TRY IT: Among the lines below, keep only those from the one containing "v71 (-1.85,-2.5,7.5)" through the one containing "e121 v10 v17 LINE", and reproduce them exactly.

DATA LISTING:
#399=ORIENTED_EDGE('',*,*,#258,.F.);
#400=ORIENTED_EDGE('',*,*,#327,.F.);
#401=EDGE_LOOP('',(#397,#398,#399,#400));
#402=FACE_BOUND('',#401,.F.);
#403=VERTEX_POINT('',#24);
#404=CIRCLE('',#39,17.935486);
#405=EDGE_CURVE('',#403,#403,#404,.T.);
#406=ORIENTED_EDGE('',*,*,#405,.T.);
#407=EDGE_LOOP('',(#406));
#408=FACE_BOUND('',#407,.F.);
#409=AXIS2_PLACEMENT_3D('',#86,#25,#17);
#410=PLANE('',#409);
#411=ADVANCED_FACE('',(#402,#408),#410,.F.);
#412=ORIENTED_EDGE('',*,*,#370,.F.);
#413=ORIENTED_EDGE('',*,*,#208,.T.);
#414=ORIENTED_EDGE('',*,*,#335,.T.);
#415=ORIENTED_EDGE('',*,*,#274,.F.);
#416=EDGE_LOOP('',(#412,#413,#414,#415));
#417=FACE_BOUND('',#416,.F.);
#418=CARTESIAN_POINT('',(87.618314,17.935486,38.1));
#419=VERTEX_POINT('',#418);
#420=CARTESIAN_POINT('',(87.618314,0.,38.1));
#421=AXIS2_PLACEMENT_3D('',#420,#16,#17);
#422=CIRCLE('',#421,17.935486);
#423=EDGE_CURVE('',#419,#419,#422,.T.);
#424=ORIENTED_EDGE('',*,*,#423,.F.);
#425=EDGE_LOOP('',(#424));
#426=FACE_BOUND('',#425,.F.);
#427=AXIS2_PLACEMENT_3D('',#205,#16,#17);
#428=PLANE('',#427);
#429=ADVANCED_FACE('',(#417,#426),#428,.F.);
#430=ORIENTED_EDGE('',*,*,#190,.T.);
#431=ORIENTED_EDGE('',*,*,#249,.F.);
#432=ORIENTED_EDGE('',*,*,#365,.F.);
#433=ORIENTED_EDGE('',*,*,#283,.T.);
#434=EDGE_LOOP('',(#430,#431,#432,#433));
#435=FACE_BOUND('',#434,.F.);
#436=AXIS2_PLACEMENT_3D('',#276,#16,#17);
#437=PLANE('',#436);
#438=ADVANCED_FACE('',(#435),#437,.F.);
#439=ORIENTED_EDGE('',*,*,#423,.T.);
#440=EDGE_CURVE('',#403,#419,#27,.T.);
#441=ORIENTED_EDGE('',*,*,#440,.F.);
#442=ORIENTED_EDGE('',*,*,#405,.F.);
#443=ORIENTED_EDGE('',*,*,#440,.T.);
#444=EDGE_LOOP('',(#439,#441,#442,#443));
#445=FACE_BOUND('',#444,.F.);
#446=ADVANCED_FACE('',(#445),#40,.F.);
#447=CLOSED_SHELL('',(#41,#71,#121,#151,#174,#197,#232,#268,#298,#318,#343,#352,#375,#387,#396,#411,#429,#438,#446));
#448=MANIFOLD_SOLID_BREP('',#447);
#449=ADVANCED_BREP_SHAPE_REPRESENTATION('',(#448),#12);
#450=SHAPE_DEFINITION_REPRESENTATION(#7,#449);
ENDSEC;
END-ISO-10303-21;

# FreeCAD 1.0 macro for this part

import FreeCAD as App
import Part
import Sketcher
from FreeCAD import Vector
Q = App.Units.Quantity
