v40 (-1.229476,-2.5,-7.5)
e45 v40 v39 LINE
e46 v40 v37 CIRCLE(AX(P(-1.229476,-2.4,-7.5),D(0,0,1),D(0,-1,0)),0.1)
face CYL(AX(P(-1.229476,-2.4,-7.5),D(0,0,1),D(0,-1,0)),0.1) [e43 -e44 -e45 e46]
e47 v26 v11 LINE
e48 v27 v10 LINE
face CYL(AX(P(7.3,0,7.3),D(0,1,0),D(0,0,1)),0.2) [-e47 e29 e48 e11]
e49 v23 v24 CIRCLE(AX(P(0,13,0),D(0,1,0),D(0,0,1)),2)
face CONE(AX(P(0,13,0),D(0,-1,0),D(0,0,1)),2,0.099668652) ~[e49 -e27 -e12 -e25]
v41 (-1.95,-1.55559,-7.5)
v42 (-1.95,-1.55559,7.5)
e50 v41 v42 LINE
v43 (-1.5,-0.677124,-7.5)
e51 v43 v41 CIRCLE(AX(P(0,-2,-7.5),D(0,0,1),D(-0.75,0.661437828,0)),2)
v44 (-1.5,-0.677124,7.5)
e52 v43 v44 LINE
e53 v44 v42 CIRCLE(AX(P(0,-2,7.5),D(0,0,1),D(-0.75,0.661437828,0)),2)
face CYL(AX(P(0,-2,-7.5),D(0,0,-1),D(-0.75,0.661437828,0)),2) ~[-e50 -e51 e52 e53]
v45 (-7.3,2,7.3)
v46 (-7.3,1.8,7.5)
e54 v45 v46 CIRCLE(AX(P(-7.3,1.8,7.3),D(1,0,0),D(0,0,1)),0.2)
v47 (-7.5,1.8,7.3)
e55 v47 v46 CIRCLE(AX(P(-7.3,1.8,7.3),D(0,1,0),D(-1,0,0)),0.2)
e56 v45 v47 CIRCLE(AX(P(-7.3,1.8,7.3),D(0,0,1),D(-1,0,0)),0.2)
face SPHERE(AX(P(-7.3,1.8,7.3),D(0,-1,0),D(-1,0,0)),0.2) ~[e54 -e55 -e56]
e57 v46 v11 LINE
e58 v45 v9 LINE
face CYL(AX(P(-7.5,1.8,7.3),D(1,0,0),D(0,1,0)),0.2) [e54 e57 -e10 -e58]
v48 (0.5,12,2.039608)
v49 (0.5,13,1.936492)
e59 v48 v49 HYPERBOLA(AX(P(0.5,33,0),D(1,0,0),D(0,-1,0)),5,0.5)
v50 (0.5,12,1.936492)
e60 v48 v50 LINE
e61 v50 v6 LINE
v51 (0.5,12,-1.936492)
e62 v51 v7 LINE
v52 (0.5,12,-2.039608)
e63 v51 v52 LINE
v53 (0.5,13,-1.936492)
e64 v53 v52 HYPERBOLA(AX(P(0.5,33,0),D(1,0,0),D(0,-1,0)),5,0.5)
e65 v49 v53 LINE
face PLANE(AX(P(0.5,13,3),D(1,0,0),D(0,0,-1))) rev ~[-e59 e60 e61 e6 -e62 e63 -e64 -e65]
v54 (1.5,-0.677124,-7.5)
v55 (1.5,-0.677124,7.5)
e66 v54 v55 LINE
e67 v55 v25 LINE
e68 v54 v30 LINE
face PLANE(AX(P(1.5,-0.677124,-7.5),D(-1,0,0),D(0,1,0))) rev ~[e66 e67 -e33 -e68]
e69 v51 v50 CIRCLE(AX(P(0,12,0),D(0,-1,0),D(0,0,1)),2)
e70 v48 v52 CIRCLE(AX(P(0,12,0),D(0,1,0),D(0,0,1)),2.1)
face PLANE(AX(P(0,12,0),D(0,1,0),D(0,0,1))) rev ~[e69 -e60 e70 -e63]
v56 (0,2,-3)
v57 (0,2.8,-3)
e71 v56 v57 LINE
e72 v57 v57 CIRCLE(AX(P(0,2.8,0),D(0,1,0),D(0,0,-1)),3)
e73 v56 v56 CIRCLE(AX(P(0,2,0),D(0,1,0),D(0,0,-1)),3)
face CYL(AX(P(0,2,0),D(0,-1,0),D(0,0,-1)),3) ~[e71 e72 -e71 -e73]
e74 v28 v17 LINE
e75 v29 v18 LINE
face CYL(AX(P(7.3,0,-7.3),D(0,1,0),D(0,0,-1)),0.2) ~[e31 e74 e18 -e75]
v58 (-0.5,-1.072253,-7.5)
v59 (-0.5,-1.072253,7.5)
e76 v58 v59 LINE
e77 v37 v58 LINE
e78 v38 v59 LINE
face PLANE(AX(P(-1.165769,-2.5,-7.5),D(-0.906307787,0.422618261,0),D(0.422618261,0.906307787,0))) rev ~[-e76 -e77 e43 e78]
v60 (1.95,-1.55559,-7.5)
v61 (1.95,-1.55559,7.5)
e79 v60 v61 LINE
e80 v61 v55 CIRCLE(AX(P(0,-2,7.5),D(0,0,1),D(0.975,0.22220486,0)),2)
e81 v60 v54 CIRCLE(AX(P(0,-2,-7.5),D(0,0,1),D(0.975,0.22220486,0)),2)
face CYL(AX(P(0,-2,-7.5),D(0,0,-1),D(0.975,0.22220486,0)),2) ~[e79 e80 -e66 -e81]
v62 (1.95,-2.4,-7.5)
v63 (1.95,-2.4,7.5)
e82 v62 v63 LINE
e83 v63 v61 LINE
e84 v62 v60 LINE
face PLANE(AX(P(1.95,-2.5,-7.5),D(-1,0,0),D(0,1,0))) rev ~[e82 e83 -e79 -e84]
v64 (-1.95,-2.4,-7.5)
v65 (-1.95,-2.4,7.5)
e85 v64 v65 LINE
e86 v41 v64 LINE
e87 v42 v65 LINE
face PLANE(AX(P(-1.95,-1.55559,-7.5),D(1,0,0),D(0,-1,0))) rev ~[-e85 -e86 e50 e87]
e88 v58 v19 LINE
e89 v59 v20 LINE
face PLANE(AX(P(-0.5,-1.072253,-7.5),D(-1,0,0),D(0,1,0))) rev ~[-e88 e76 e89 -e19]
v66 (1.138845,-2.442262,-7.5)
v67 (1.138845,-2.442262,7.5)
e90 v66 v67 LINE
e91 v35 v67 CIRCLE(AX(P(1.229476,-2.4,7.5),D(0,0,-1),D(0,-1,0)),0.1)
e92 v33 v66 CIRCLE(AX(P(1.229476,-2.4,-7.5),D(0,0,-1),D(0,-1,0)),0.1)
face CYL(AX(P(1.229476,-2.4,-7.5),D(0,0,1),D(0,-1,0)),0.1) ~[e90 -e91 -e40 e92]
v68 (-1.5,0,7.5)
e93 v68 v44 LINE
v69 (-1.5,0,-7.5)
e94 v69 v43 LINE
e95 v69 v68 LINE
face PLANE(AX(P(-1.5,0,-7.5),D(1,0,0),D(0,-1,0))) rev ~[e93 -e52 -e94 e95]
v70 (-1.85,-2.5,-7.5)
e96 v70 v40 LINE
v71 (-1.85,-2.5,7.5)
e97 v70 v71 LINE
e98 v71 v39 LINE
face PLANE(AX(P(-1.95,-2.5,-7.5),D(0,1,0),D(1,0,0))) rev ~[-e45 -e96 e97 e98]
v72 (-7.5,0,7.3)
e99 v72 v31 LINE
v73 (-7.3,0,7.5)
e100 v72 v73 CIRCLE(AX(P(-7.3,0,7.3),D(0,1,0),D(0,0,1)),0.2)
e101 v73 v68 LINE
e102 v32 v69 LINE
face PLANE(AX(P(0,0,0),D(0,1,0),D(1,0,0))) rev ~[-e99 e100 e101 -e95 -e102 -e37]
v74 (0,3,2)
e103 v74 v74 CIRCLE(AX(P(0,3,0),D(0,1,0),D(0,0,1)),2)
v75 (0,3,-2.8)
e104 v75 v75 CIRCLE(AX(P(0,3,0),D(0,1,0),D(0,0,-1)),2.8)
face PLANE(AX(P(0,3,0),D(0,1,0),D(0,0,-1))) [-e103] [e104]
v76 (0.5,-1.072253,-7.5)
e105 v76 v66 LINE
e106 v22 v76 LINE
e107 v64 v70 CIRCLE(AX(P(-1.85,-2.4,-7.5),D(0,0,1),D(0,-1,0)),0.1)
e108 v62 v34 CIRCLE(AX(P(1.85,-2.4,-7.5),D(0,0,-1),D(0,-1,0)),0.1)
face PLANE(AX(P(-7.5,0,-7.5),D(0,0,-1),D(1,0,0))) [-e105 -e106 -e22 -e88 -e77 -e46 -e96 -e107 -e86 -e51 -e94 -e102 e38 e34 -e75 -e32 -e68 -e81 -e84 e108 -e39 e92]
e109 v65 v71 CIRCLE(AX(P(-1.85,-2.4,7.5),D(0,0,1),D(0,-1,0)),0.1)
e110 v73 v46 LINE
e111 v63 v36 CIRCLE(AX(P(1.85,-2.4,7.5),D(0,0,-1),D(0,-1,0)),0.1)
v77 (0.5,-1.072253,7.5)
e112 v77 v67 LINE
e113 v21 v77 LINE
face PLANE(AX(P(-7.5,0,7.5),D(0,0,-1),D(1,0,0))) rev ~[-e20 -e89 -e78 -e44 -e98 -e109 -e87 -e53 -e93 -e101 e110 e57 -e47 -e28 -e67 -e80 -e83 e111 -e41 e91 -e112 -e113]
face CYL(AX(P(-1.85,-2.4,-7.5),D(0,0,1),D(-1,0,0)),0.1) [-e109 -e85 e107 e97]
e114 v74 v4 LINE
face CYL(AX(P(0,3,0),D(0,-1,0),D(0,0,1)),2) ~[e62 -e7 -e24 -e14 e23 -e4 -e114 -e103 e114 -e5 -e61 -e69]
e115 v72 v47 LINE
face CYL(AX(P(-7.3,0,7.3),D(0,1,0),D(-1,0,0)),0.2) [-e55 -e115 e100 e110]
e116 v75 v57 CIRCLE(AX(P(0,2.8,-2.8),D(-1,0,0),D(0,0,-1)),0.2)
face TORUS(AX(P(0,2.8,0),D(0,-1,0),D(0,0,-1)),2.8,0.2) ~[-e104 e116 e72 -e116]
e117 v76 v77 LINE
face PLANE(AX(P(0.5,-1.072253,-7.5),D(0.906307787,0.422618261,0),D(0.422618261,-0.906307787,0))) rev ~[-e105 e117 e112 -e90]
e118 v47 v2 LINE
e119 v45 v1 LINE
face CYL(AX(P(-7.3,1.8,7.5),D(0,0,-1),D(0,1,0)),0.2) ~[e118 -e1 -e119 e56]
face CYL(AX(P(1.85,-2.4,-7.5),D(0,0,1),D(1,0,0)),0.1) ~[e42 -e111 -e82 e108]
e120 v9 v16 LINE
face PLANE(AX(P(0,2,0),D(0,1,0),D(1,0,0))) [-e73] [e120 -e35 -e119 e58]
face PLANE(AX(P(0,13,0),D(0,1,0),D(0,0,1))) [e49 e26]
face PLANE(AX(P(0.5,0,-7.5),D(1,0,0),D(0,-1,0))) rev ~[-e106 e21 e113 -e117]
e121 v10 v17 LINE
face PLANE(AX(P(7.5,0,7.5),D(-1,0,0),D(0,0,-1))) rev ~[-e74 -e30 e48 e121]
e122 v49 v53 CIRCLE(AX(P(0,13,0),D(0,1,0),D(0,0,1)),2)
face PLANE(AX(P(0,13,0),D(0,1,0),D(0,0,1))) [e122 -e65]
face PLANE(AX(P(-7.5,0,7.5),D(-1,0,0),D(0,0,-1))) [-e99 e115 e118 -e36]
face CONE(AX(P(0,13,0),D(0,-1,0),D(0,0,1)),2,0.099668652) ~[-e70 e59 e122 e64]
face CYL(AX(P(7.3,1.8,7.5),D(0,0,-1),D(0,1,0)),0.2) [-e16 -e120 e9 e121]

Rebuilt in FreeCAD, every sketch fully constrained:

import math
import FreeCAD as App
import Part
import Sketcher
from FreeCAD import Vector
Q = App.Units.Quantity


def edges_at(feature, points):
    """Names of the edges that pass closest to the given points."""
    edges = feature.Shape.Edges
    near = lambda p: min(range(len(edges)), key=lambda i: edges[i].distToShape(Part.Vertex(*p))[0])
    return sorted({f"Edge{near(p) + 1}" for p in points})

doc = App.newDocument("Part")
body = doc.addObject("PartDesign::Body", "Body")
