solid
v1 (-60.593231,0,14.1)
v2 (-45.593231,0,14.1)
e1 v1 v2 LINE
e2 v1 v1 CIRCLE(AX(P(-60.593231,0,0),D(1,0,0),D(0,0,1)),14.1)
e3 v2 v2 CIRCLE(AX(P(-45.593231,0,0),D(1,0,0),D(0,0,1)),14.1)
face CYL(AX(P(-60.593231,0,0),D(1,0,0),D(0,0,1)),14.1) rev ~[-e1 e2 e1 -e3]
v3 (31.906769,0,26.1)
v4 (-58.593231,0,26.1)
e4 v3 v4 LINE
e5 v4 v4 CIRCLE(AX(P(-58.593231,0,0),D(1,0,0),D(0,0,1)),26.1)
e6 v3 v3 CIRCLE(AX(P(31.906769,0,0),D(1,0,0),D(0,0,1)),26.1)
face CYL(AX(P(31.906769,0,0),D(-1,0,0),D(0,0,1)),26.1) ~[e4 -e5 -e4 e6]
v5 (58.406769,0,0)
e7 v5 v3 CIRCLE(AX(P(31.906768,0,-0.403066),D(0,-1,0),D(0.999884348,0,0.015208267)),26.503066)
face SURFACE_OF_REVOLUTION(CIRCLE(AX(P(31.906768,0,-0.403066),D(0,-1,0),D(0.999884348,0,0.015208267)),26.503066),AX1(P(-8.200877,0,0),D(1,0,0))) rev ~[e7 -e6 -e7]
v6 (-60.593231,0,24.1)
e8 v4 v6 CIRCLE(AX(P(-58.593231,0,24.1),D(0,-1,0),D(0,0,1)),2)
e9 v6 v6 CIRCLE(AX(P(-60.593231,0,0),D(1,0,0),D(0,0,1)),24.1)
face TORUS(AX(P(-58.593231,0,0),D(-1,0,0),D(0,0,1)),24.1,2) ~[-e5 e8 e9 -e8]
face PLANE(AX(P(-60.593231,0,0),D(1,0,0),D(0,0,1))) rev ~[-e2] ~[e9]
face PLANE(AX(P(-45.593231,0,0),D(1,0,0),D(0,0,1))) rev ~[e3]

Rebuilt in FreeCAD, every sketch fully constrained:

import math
import FreeCAD as App
import Part
import Sketcher

V = App.Vector
Q = App.Units.Quantity


def edges_at(feature, points):
    """Names of the edges that pass closest to the given points."""
    edges = feature.Shape.Edges
    near = lambda p: min(range(len(edges)), key=lambda i: edges[i].distToShape(Part.Vertex(*p))[0])
    return sorted({f"Edge{near(p) + 1}" for p in points})

doc = App.newDocument("Part")
params = doc.addObject("Spreadsheet::Sheet", "Params")
for row, (alias, value) in enumerate([
    ("sketch1_width", "104 mm"),
    ("sketch1_width2", "15 mm"),
    ("sketch1_height", "12 mm"),
    ("sketch1_width3", "92.5 mm"),
    ("sketch1_height2", "14.1 mm"),
    ("revolution_angle", "360 deg"),
    ("fillet_radius", "2 mm"),
], start=1):
    params.set(f"A{row}", alias)
    params.set(f"B{row}", "=" + value)
    params.setAlias(f"B{row}", alias)

body = doc.addObject("PartDesign::Body", "Body")

# Sketch on XZ plane
sketch1 = body.newObject("Sketcher::SketchObject", "Sketch")
sketch1.AttachmentSupport = (doc.getObject("XZ_Plane"), [""])
sketch1.MapMode = "FlatFace"
sketch1.addGeometry(Part.LineSegment(V(-46, 14, 0), V(-46, 0, 0)), False)
sketch1.addGeometry(Part.LineSegment(V(-46, 0, 0), V(58, 0, 0)), False)
sketch1.addGeometry(Part.ArcOfCircle(Part.Circle(V(32, 0, 0), V(0, 0, 1), 27), math.radians(1), math.radians(90)), False)
sketch1.addGeometry(Part.LineSegment(V(32, 26, 0), V(-61, 26, 0)), False)
sketch1.addGeometry(Part.LineSegment(V(-61, 26, 0), V(-61, 14, 0)), False)
sketch1.addGeometry(Part.LineSegment(V(-61, 14, 0), V(-46, 14, 0)), False)
sketch1.addConstraint(Sketcher.Constraint("Coincident", 0, 2, 1, 1))
sketch1.addConstraint(Sketcher.Constraint("Coincident", 1, 2, 2, 1))
sketch1.addConstraint(Sketcher.Constraint("Tangent", 2, 2, 3, 1))
sketch1.addConstraint(Sketcher.Constraint("Coincident", 3, 2, 4, 1))
sketch1.addConstraint(Sketcher.Constraint("Coincident", 4, 2, 5, 1))
sketch1.addConstraint(Sketcher.Constraint("Coincident", 5, 2, 0, 1))
sketch1.addConstraint(Sketcher.Constraint("Vertical", 0))
sketch1.addConstraint(Sketcher.Constraint("Horizontal", 1))
sketch1.addConstraint(Sketcher.Constraint("Horizontal", 3))
sketch1.addConstraint(Sketcher.Constraint("Vertical", 4))
sketch1.addConstraint(Sketcher.Constraint("Horizontal", 5))
sketch1.addConstraint(Sketcher.Constraint("PointOnObject", 0, 2, -1))
sketch1.addConstraint(Sketcher.Constraint("DistanceX", 1, 1, 1, 2, Q("104 mm")))
sketch1.addConstraint(Sketcher.Constraint("DistanceX", 5, 1, 5, 2, Q("15 mm")))
sketch1.addConstraint(Sketcher.Constraint("DistanceY", 4, 2, 4, 1, Q("12 mm")))
sketch1.addConstraint(Sketcher.Constraint("DistanceX", 3, 2, 3, 1, Q("92.5 mm")))
sketch1.addConstraint(Sketcher.Constraint("DistanceY", 0, 2, 0, 1, Q("14.1 mm")))
sketch1.addConstraint(Sketcher.Constraint("DistanceX", -1, 1, 2, 3, Q("31.906768 mm")))
sketch1.setExpression("Constraints[12]", "Params.sketch1_width")
sketch1.setExpression("Constraints[13]", "Params.sketch1_width2")
sketch1.setExpression("Constraints[14]", "Params.sketch1_height")
sketch1.setExpression("Constraints[15]", "Params.sketch1_width3")
sketch1.setExpression("Constraints[16]", "Params.sketch1_height2")
revolution = body.newObject("PartDesign::Revolution", "Revolution")
revolution.Profile = sketch1
revolution.ReferenceAxis = (sketch1, ["H_Axis"])
revolution.setExpression("Angle", "Params.revolution_angle")
doc.recompute()

fillet = body.newObject("PartDesign::Fillet", "Fillet")
fillet.Base = (revolution, edges_at(revolution, [(-60.593, 0, -26.1)]))
fillet.setExpression("Radius", "Params.fillet_radius")

doc.recompute()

OUTPUT OF THE TASK:
v71 (-1.85,-2.5,7.5)
e97 v70 v71 LINE
e98 v71 v39 LINE
face PLANE(AX(P(-1.95,-2.5,-7.5),D(0,1,0),D(1,0,0))) rev ~[-e45 -e96 e97 e98]
v72 (-7.5,0,7.3)
e99 v72 v31 LINE
v73 (-7.3,0,7.5)
e100 v72 v73 CIRCLE(AX(P(-7.3,0,7.3),D(0,1,0),D(0,0,1)),0.2)
e101 v73 v68 LINE
e102 v32 v69 LINE
face PLANE(AX(P(0,0,0),D(0,1,0),D(1,0,0))) rev ~[-e99 e100 e101 -e95 -e102 -e37]
v74 (0,3,2)
e103 v74 v74 CIRCLE(AX(P(0,3,0),D(0,1,0),D(0,0,1)),2)
v75 (0,3,-2.8)
e104 v75 v75 CIRCLE(AX(P(0,3,0),D(0,1,0),D(0,0,-1)),2.8)
face PLANE(AX(P(0,3,0),D(0,1,0),D(0,0,-1))) [-e103] [e104]
v76 (0.5,-1.072253,-7.5)
e105 v76 v66 LINE
e106 v22 v76 LINE
e107 v64 v70 CIRCLE(AX(P(-1.85,-2.4,-7.5),D(0,0,1),D(0,-1,0)),0.1)
e108 v62 v34 CIRCLE(AX(P(1.85,-2.4,-7.5),D(0,0,-1),D(0,-1,0)),0.1)
face PLANE(AX(P(-7.5,0,-7.5),D(0,0,-1),D(1,0,0))) [-e105 -e106 -e22 -e88 -e77 -e46 -e96 -e107 -e86 -e51 -e94 -e102 e38 e34 -e75 -e32 -e68 -e81 -e84 e108 -e39 e92]
e109 v65 v71 CIRCLE(AX(P(-1.85,-2.4,7.5),D(0,0,1),D(0,-1,0)),0.1)
e110 v73 v46 LINE
e111 v63 v36 CIRCLE(AX(P(1.85,-2.4,7.5),D(0,0,-1),D(0,-1,0)),0.1)
v77 (0.5,-1.072253,7.5)
e112 v77 v67 LINE
e113 v21 v77 LINE
face PLANE(AX(P(-7.5,0,7.5),D(0,0,-1),D(1,0,0))) rev ~[-e20 -e89 -e78 -e44 -e98 -e109 -e87 -e53 -e93 -e101 e110 e57 -e47 -e28 -e67 -e80 -e83 e111 -e41 e91 -e112 -e113]
face CYL(AX(P(-1.85,-2.4,-7.5),D(0,0,1),D(-1,0,0)),0.1) [-e109 -e85 e107 e97]
e114 v74 v4 LINE
face CYL(AX(P(0,3,0),D(0,-1,0),D(0,0,1)),2) ~[e62 -e7 -e24 -e14 e23 -e4 -e114 -e103 e114 -e5 -e61 -e69]
e115 v72 v47 LINE
face CYL(AX(P(-7.3,0,7.3),D(0,1,0),D(-1,0,0)),0.2) [-e55 -e115 e100 e110]
e116 v75 v57 CIRCLE(AX(P(0,2.8,-2.8),D(-1,0,0),D(0,0,-1)),0.2)
face TORUS(AX(P(0,2.8,0),D(0,-1,0),D(0,0,-1)),2.8,0.2) ~[-e104 e116 e72 -e116]
e117 v76 v77 LINE
face PLANE(AX(P(0.5,-1.072253,-7.5),D(0.906307787,0.422618261,0),D(0.422618261,-0.906307787,0))) rev ~[-e105 e117 e112 -e90]
e118 v47 v2 LINE
e119 v45 v1 LINE
face CYL(AX(P(-7.3,1.8,7.5),D(0,0,-1),D(0,1,0)),0.2) ~[e118 -e1 -e119 e56]
face CYL(AX(P(1.85,-2.4,-7.5),D(0,0,1),D(1,0,0)),0.1) ~[e42 -e111 -e82 e108]
e120 v9 v16 LINE
face PLANE(AX(P(0,2,0),D(0,1,0),D(1,0,0))) [-e73] [e120 -e35 -e119 e58]
face PLANE(AX(P(0,13,0),D(0,1,0),D(0,0,1))) [e49 e26]
face PLANE(AX(P(0.5,0,-7.5),D(1,0,0),D(0,-1,0))) rev ~[-e106 e21 e113 -e117]
e121 v10 v17 LINE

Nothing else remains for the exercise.